Up vistaed hopes I sped;
And shot, precipitated,
Adown Titanic glooms of chasmed fears,
From those strong Feet that followed, followed after.
But with unhurrying chase,
And unperturbed pace,
Deliberate speed, majestic instancy,
They beat – and a Voice beat
More instant than the Feet –
“All things betray thee, who betrayest Me.”

I pleaded, outlaw-wise,
By many a hearted casement, curtained red,
Trellised with intertwining charities;
(For, though I knew His love Who followed,
Yet I was sore adread
Lest, having Him, I must have naught beside.)
But if one little casement parted wide,
The gust of His approach would clash it to.
Fear wist not to evade as Love wist to pursue.
Across the margent of the world I fled,
And troubled the gold gateways of the stars,
Smiting for shelter on their clanged bars;
Fretted to dulcet jars
And silvern chatter the pale ports o’ the moon,
I said to Dawn: Be sudden – to Eve: Be soon;
With thy young skiey blossoms heap me over
From this tremendous Lover –
Float thy vague veil about me, lest He see!
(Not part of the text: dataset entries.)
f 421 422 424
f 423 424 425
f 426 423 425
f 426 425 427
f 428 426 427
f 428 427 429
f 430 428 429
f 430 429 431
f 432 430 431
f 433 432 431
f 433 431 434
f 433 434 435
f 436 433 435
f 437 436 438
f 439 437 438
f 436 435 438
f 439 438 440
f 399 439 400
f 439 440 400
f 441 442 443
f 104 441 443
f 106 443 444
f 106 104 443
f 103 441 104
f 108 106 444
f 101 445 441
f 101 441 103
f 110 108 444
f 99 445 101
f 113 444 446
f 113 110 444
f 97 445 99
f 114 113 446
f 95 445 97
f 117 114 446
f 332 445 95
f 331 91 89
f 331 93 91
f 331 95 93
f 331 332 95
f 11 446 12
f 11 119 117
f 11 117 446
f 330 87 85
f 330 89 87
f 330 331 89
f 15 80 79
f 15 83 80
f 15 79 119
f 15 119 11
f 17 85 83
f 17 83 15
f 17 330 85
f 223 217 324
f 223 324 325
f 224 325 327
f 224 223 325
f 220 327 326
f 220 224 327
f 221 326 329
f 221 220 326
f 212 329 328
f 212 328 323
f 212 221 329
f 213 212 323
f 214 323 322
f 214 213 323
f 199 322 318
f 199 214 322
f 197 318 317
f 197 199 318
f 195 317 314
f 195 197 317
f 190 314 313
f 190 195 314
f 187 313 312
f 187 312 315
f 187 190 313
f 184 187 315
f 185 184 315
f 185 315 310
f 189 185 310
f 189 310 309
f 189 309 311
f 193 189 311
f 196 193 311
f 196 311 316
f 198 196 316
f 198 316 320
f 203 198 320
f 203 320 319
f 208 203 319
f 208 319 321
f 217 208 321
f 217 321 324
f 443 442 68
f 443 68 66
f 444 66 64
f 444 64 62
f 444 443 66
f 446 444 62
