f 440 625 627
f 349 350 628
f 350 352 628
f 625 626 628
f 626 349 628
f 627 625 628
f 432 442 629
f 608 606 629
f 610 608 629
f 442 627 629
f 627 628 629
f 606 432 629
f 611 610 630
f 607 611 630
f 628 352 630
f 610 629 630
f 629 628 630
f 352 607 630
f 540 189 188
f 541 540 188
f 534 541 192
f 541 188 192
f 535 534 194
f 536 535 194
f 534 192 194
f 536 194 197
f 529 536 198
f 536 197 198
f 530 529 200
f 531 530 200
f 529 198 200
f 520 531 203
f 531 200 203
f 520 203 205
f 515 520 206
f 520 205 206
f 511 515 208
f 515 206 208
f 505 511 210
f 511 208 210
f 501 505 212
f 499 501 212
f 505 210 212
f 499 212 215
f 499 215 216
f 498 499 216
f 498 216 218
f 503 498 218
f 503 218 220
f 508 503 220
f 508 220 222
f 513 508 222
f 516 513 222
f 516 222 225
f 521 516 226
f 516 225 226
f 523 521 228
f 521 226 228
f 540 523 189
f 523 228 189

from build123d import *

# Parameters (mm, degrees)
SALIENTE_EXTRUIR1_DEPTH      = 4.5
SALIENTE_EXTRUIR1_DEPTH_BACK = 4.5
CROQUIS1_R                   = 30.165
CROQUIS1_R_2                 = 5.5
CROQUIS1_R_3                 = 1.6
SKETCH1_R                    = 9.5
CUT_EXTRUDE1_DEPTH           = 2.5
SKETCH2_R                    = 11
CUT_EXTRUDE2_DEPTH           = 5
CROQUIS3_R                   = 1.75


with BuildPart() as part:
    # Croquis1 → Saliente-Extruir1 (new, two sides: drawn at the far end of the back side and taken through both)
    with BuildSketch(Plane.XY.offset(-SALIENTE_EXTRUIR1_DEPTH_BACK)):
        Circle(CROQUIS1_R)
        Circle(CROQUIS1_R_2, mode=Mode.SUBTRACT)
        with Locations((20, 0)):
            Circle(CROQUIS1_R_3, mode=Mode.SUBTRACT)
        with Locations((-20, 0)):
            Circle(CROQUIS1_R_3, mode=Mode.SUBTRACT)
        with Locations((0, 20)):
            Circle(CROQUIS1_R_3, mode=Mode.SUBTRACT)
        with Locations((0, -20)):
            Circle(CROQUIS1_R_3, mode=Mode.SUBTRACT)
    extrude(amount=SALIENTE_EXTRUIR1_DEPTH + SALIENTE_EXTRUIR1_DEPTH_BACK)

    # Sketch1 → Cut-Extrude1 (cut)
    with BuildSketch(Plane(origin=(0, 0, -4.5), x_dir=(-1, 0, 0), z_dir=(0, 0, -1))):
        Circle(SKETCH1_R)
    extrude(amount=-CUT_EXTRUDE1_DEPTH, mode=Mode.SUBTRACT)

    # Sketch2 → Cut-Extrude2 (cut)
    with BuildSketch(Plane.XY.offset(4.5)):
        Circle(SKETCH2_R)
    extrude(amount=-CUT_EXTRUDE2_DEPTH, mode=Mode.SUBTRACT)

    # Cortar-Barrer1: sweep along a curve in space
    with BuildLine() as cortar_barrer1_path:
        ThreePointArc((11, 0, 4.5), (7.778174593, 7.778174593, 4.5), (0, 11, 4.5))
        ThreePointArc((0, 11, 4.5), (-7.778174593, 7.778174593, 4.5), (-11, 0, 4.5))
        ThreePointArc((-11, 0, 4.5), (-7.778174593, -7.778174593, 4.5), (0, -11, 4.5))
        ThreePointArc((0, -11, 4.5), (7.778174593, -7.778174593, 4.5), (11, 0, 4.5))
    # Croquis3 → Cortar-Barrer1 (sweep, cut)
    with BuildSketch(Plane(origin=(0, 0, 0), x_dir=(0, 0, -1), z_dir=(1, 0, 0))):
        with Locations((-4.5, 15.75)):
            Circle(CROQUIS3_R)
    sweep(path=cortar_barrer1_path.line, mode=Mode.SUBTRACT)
I tempted all His servitors, but to find
My own betrayal in their constancy,
In faith to Him their fickleness to me,
Their traitorous trueness, and their loyal deceit.
To all swift things for swiftness did I sue;
Clung to the whistling mane of every wind.
But whether they swept, smoothly fleet,
The long savannahs of the blue;
Or whether, Thunder-driven,
They clanged His chariot ‘thwart a heaven,
Flashy with flying lightnings round the spurn o’their feet. -
Fear wist not to evade as Love wist to pursue.
Still with unhurrying chase,
And unperturbed pace,
Deliberate speed, majestic instancy,
Came on the following Feet,
And a Voice above their beat –
“Naught shelters thee, who wilt not shelter Me.”

Now of that long pursuit
Comes on at had the bruit;
That Voice is round me like a bursting sea:
“And is thy earth so marred,
Shattered in shard on shard?
Lo, all things fly thee, for thou fliest Me!
Strange, piteous, futile thing!
Wherefore should any set thee love apart?
Seeing none but I make much of naught.” (He said).
”And human love needs human meriting:
How hast thou merited
Of all man’s clotted clay, the dingiest clot?

Alack, thou knowest not
How little worthy of any love thou art!
Whom wilt thou find to love ignoble thee,
Save Me, save only Me?
All which I took from thee I did but take,
Not for thy harms,
But just that thou might’st seek it in My arms.
All which thy child’s mistake
Fancies as lost, I have stored for thee at home:
Rise, clasp My hand, and come.

Halts by me that footfall:
Is my gloom, after all,
Shade of His hand, outstretched caressingly?
“Ah, fondest, blindest, weakest,
I am He Whom thou seekest!
Thou dravest love from thee, who dravest Me.”

When Jacques and Raissa Maritain were about to graduate with highest honors from the Sorbonne University in Paris, they made a mutual suicide pact, convinced there was nothing for which to live.

Then, they came across Thompson’s poem, were touched by it, and contacted the poet. From there, they went on to take instructions in the Catholic faith, and spent their lives writing and speaking, passing on a message of hope to
others.

A prostitute, a poet, a publisher, two scientists – all joined together through Christ. Sisters and brothers, we are also one in Him and in one another, bound together by the same Hound of Heaven. Amen.